800G Coherent Optical Module
Operating at 128 Gbd under 16QAM modulation, it utilizes 4 pairs of DACs and ADCs, 1 laser, and 1 pair of optical transceivers. It can employ fixed-wavelength lasers in coherent optical modules within data centers to reduce costs and power consumption. You can also check out the 800G ZR/ZR+ article for more information on 800G coherent modules.
Commercial Progress of 800G Optical Transceiver
Global Growth of 800G Transceiver
The 800G Optical Transceiver Components Market, valued at USD 21 billion in 2023, is projected to reach USD 32.04 billion by 2031, growing at a CAGR of 5.44% from 2024 to 2031.
The need for 800G systems is driven by telecom upgrades to 5G and beyond, requiring infrastructure capable of handling vast data volumes, user connections, and IoT devices. As telecom investments increase globally, operators are prioritizing high-capacity transceivers for scalable and competitive service delivery. The shift toward network virtualization and cloud services further boosts the demand for 800G components, providing essential bandwidth for hybrid cloud environments, data storage, and processing.
Regionally, North America leads the market, driven by telecom infrastructure, cloud service demand, and 5G investments. Europe benefits from regulatory support for high-speed internet, while Asia-Pacific, particularly China and India, is experiencing rapid growth due to rising internet usage. The Middle East, Africa, and Latin America are emerging markets, enhancing digital connectivity to meet growing demand.
Cloud Giants Boost 800G Transceiver Demand
LightCounting’s 2021 Mega Datacenter Optics Report reveals that the top five cloud companies—Alibaba, Amazon, Facebook, Google, and Microsoft—spent $1.4 billion on Ethernet transceivers in 2020, with spending expected to surpass $3 billion by 2026. The report predicts 800G transceivers will dominate by 2026, driven by growing AI-related data traffic and technological advancements. Increased demand for bandwidth in data center clusters, especially through DWDM optics, further strengthens this projection.
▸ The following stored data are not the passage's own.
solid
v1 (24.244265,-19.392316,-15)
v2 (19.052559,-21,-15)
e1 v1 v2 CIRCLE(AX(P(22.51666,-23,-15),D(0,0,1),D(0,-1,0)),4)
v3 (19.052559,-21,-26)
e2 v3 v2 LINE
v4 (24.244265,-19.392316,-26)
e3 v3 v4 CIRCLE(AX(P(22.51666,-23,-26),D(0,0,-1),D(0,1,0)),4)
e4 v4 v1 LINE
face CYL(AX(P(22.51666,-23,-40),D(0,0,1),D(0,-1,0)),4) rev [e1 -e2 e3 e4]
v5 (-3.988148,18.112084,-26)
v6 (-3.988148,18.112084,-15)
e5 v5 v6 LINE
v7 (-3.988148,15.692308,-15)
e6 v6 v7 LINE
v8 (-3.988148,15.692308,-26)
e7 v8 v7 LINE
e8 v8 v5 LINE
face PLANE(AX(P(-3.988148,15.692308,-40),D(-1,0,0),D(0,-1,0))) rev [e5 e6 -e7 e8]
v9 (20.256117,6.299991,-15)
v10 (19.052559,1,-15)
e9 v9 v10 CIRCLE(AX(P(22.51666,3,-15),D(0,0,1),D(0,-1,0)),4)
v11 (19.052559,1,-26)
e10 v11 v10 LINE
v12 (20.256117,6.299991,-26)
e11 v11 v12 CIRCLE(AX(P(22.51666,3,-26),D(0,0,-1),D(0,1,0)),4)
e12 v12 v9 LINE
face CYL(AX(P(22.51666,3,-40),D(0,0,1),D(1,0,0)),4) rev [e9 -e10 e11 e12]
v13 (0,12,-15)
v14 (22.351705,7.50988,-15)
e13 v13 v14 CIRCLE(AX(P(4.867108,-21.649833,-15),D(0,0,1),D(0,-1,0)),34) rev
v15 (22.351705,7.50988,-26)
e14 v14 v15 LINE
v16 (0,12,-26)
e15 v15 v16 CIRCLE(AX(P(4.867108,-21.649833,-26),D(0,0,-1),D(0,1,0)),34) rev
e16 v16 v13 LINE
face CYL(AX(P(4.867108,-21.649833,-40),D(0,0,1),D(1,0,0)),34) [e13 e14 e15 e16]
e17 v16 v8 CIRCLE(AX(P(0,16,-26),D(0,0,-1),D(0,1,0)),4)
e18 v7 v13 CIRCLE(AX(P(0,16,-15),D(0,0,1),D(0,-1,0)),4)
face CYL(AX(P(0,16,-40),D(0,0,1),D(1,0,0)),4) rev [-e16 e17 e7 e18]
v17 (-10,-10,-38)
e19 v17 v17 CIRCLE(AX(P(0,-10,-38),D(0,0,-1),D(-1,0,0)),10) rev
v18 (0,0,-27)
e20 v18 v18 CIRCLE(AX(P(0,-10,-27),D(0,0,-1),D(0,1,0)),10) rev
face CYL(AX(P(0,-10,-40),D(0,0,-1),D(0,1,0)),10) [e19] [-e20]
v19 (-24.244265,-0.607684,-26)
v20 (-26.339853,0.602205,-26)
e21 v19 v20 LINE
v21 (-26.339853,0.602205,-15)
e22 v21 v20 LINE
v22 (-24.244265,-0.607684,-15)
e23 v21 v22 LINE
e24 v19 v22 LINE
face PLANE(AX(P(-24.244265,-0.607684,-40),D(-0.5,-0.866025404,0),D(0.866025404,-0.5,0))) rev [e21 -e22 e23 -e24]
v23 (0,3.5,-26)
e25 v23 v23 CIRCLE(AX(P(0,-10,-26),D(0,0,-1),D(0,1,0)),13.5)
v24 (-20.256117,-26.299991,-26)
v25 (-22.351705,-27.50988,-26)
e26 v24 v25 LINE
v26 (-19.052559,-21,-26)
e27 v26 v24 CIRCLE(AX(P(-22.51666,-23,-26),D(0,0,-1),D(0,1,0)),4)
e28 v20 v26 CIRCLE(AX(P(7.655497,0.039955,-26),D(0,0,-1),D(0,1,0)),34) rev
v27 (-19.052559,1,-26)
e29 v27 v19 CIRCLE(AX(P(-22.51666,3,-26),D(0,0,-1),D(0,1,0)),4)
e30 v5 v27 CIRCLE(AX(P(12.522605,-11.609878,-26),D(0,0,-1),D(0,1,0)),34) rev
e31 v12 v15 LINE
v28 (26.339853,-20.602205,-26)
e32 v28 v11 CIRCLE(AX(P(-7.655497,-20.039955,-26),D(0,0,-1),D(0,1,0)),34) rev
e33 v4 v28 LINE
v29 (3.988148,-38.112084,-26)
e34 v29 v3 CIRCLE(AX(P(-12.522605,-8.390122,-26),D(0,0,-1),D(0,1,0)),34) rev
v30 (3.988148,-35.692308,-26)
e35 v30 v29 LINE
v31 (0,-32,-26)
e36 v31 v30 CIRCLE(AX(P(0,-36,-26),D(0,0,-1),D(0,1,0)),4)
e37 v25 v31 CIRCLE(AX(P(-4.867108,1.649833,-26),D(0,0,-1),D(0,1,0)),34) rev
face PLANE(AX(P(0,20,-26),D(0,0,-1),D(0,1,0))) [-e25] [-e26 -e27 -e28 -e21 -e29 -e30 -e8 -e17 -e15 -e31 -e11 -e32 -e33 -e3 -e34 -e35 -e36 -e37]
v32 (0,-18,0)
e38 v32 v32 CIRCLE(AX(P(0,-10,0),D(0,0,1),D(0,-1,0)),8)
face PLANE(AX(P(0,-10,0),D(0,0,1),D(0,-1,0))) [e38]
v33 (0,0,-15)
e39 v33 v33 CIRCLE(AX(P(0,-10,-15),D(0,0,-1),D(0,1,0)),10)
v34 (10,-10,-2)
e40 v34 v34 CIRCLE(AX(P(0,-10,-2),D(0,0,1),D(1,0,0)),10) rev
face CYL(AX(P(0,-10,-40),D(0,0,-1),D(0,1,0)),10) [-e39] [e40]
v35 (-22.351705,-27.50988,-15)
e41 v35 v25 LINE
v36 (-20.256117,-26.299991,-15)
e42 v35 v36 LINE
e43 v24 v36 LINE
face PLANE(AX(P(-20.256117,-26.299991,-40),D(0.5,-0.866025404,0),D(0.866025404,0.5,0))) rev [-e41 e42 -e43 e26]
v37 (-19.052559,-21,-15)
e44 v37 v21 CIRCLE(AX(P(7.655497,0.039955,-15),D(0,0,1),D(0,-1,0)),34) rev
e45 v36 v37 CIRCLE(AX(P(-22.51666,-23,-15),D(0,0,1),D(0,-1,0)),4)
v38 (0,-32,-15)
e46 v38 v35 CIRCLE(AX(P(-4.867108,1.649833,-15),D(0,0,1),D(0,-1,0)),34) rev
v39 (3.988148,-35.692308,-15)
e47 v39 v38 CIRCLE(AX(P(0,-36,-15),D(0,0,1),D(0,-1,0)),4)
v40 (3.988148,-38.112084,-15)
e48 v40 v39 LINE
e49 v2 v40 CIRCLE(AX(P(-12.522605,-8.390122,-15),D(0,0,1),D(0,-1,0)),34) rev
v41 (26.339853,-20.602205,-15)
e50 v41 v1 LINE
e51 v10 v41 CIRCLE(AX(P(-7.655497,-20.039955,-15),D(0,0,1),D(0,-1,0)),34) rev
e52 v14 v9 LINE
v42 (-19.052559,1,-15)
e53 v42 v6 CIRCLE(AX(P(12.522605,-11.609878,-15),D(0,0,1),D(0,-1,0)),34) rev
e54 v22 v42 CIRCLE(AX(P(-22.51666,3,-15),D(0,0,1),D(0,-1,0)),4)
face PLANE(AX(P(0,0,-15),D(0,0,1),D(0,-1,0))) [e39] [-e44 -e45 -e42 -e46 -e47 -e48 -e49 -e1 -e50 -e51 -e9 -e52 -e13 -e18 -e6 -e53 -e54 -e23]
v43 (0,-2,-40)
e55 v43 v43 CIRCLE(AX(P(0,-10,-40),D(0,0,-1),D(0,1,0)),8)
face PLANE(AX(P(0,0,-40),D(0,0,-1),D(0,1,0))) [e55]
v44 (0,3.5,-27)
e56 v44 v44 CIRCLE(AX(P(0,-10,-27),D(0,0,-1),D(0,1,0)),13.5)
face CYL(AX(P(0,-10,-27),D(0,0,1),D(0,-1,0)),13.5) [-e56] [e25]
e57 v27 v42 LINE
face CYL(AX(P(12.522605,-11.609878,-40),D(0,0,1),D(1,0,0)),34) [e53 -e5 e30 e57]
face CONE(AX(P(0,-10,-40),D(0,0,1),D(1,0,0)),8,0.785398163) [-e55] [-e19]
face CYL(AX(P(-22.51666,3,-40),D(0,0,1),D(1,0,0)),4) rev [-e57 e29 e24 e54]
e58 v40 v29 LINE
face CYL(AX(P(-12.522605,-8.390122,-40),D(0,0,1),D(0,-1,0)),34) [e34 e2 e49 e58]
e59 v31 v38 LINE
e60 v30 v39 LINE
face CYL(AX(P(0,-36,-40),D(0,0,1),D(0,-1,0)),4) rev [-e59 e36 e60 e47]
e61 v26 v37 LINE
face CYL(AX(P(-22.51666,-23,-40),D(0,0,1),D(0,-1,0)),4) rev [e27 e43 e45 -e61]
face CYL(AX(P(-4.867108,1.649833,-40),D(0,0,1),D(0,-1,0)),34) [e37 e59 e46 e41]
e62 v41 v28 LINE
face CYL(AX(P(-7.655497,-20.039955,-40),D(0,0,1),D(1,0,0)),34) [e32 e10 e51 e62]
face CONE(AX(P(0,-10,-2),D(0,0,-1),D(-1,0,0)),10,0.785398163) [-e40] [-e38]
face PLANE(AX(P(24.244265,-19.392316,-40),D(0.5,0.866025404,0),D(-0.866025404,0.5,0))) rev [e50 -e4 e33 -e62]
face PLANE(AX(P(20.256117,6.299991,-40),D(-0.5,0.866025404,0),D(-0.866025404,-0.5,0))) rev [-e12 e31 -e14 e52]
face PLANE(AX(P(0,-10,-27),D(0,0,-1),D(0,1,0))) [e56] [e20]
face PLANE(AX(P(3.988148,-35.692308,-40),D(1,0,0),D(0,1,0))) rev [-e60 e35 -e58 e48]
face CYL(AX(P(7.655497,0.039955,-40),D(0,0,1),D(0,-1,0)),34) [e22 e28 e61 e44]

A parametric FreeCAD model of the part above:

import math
import FreeCAD as App
import Part
import Sketcher
from FreeCAD import Vector


def edges_at(feature, points):
    """Names of the edges that pass closest to the given points."""
    edges = feature.Shape.Edges
    near = lambda p: min(range(len(edges)), key=lambda i: edges[i].distToShape(Part.Vertex(*p))[0])
    return sorted({f"Edge{near(p) + 1}" for p in points})


def add_polygon(sketch, points):
    """Adds a closed chain of lines whose ends are joined by coincident constraints."""
    first, n = sketch.GeometryCount, len(points)
    for a, b in zip(points, points[1:] + points[:1]):
        sketch.addGeometry(Part.LineSegment(App.Vector(*a, 0), App.Vector(*b, 0)), False)
    for i in range(n):
        sketch.addConstraint(Sketcher.Constraint("Coincident", first + i, 2, first + (i + 1) % n, 1))

doc = App.newDocument("Part")
body = doc.addObject("PartDesign::Body", "Body")

# Sketch on YZ plane
sketch1 = body.newObject("Sketcher::SketchObject", "Sketch")
sketch1.AttachmentSupport = (doc.getObject("YZ_Plane"), [""])
sketch1.MapMode = "FlatFace"
add_polygon(sketch1, [(0, -15), (0, 0), (-10, 0), (-10, -40), (0, -40), (0, -26), (20, -26), (20, -15)])  # lines 0-7
sketch1.addGeometry(Part.LineSegment(Vector(-10, -40, 0), Vector(-10, 0, 0)), True)  # axis
sketch1.addConstraint([
    Sketcher.Constraint("Vertical", 0),
    Sketcher.Constraint("Horizontal", 1),
    Sketcher.Constraint("Vertical", 2),
    Sketcher.Constraint("Horizontal", 3),
    Sketcher.Constraint("Vertical", 4),
    Sketcher.Constraint("Horizontal", 5),
    Sketcher.Constraint("Vertical", 6),
    Sketcher.Constraint("Horizontal", 7),
    Sketcher.Constraint("Vertical", 8),
    Sketcher.Constraint("Coincident", 0, 2, -1, 1),
    Sketcher.Constraint("Coincident", 8, 1, 2, 2),
    Sketcher.Constraint("PointOnObject", 3, 2, -2),
    Sketcher.Constraint("PointOnObject", 8, 2, -1),
    Sketcher.Constraint("DistanceX", 1, 2, 1, 1, 10.0),
    Sketcher.Constraint("DistanceX", 5, 1, 5, 2, 20.0),
    Sketcher.Constraint("DistanceY", 0, 1, 0, 2, 15.0),
    Sketcher.Constraint("DistanceY", 2, 2, 2, 1, 40.0),
    Sketcher.Constraint("DistanceY", 4, 1, 4, 2, 14.0),
])
revolution = body.newObject("PartDesign::Revolution", "Revolution")
revolution.Profile = sketch1
revolution.ReferenceAxis = (sketch1, ["Axis0"])
revolution.Angle = 360

# Sketch on XY plane
sketch2 = body.newObject("Sketcher::SketchObject", "Sketch001")
sketch2.AttachmentSupport = (doc.getObject("XY_Plane"), [""])
sketch2.MapMode = "FlatFace"
sketch2.AttachmentOffset = App.Placement(Vector(0, 0, -26), App.Rotation())
sketch2.addGeometry(Part.Circle(Vector(0, -10, 0), Vector(0, 0, 1), 13.5), False)
sketch2.addConstraint([
    Sketcher.Constraint("PointOnObject", 0, 3, -2),
    Sketcher.Constraint("Diameter", 0, 27.0),
    Sketcher.Constraint("DistanceY", 0, 3, -1, 1, 10.0),
])
pad1 = body.newObject("PartDesign::Pad", "Pad")
pad1.Profile = sketch2
pad1.Length = 1
pad1.Reversed = True
doc.recompute()

chamfer = body.newObject("PartDesign::Chamfer", "Chamfer")
chamfer.Base = (pad1, edges_at(pad1, [(0, -20, -40), (0, -20, 0)]))
chamfer.Size = 2

# Sketch on XY plane
sketch3 = body.newObject("Sketcher::SketchObject", "Sketch002")
sketch3.AttachmentSupport = (doc.getObject("XY_Plane"), [""])
sketch3.MapMode = "FlatFace"
sketch3.addGeometry([
    Part.LineSegment(Vector(-3.988148, 19.73373, 0), Vector(-3.988148, 15.692308, 0)),
    Part.ArcOfCircle(Part.Circle(Vector(0, 16, 0), Vector(0, 0, 1), 4), math.radians(-175.588274), math.radians(-90)),
    Part.ArcOfCircle(Part.Circle(Vector(4.867108, -21.649833, 0), Vector(0, 0, 1), 34), math.radians(51.611547), math.radians(98.230178)),
    Part.ArcOfCircle(Part.Circle(Vector(0, -10, 0), Vector(0, 0, 1), 30), math.radians(30), math.radians(97.639417)),
], False)
sketch3.addConstraint([
    Sketcher.Constraint("Coincident", 0, 2, 1, 1),
    Sketcher.Constraint("Coincident", 1, 2, 2, 2),
    Sketcher.Constraint("Coincident", 2, 1, 3, 1),
    Sketcher.Constraint("Coincident", 3, 2, 0, 1),
    Sketcher.Constraint("Vertical", 0),
    Sketcher.Constraint("PointOnObject", 1, 3, -2),
    Sketcher.Constraint("PointOnObject", 3, 3, -2),
    Sketcher.Constraint("PointOnObject", 1, 2, -2),
    Sketcher.Constraint("Radius", 1, 4.0),
    Sketcher.Constraint("Radius", 2, 34.0),
    Sketcher.Constraint("Radius", 3, 30.0),
    Sketcher.Constraint("DistanceY", -1, 1, 1, 3, 16.0),
    Sketcher.Constraint("DistanceY", 3, 3, -1, 1, 10.0),
    Sketcher.Constraint("DistanceY", -1, 1, 2, 1, 5.0),
    Sketcher.Constraint("DistanceY", 0, 2, 0, 1, 4.041422),
])
pocket1 = body.newObject("PartDesign::Pocket", "Pocket")
pocket1.Profile = sketch3
pocket1.Type = "ThroughAll"
doc.recompute()

datumline = body.newObject("PartDesign::Line", "DatumLine")
datumline.Placement = App.Placement(Vector(0, -10, 0), App.Rotation(Vector(0, 0, 1), Vector(0, 0, 1)))
polarpattern = body.newObject("PartDesign::PolarPattern", "PolarPattern")
polarpattern.Originals = [pocket1]
polarpattern.Axis = (datumline, [""])
polarpattern.Angle = 360
polarpattern.Occurrences = 6
body.Tip = polarpattern

doc.recompute()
Google's data shows a 40% increase in regular server traffic, while machine learning traffic has grown by 55% to 60%, now accounting for more than half of the total data center traffic. This shift prompted LightCounting to revise future traffic growth projections, significantly impacting market forecasts.
The demand for high-bandwidth connections between data center clusters remains strong, despite challenges in tracking due to varying ranges. LightCounting's refined estimates illustrate why Amazon and Microsoft are currently pushing for the production of 400 ZR modules, with plans to reach 800 ZR modules by 2023/2024.
Outlook on the Development Trends of 800G Optical Transceiver
At present, 800G optical modules are still developing continuously. There are three main directions for future development trends:
Single-mode deployment: Multi-mode fiber has a short transmission distance, making the development of single-mode optical interface schemes an inevitable trend, which will benefit SiPh technology.
Single-wave 200G deployment: The current bandwidth resources at 55 GHz are somewhat insufficient, but the prospects for 200G PAM4 SiPh modulators and silicon-based lithium niobate films are promising.
Coherent deployment: As the transmission rate increases, coherent technology solutions will further expand applications to shorter distances such as 40, 20, and 10 km based on the 80 km transmission distance.
As 5G, edge computing, data center expansion, and computational demands continue to rise, the pursuit of 800G optical modules intensifies in the optical communication industry.
Conclusion
The 800G optical transceiver market is rapidly expanding, expected to reach USD 32.04 billion by 2031, driven by the growing need for higher bandwidth in telecom upgrades, 5G, cloud services, and IoT. Future developments will focus on single-mode deployment, with Silicon Photonics technology playing a crucial role. Additionally, advancements in single-wave 200G and coherent technologies will enhance bandwidth and transmission distances, further accelerating demand for 800G modules as 5G, edge computing, and data center growth continue.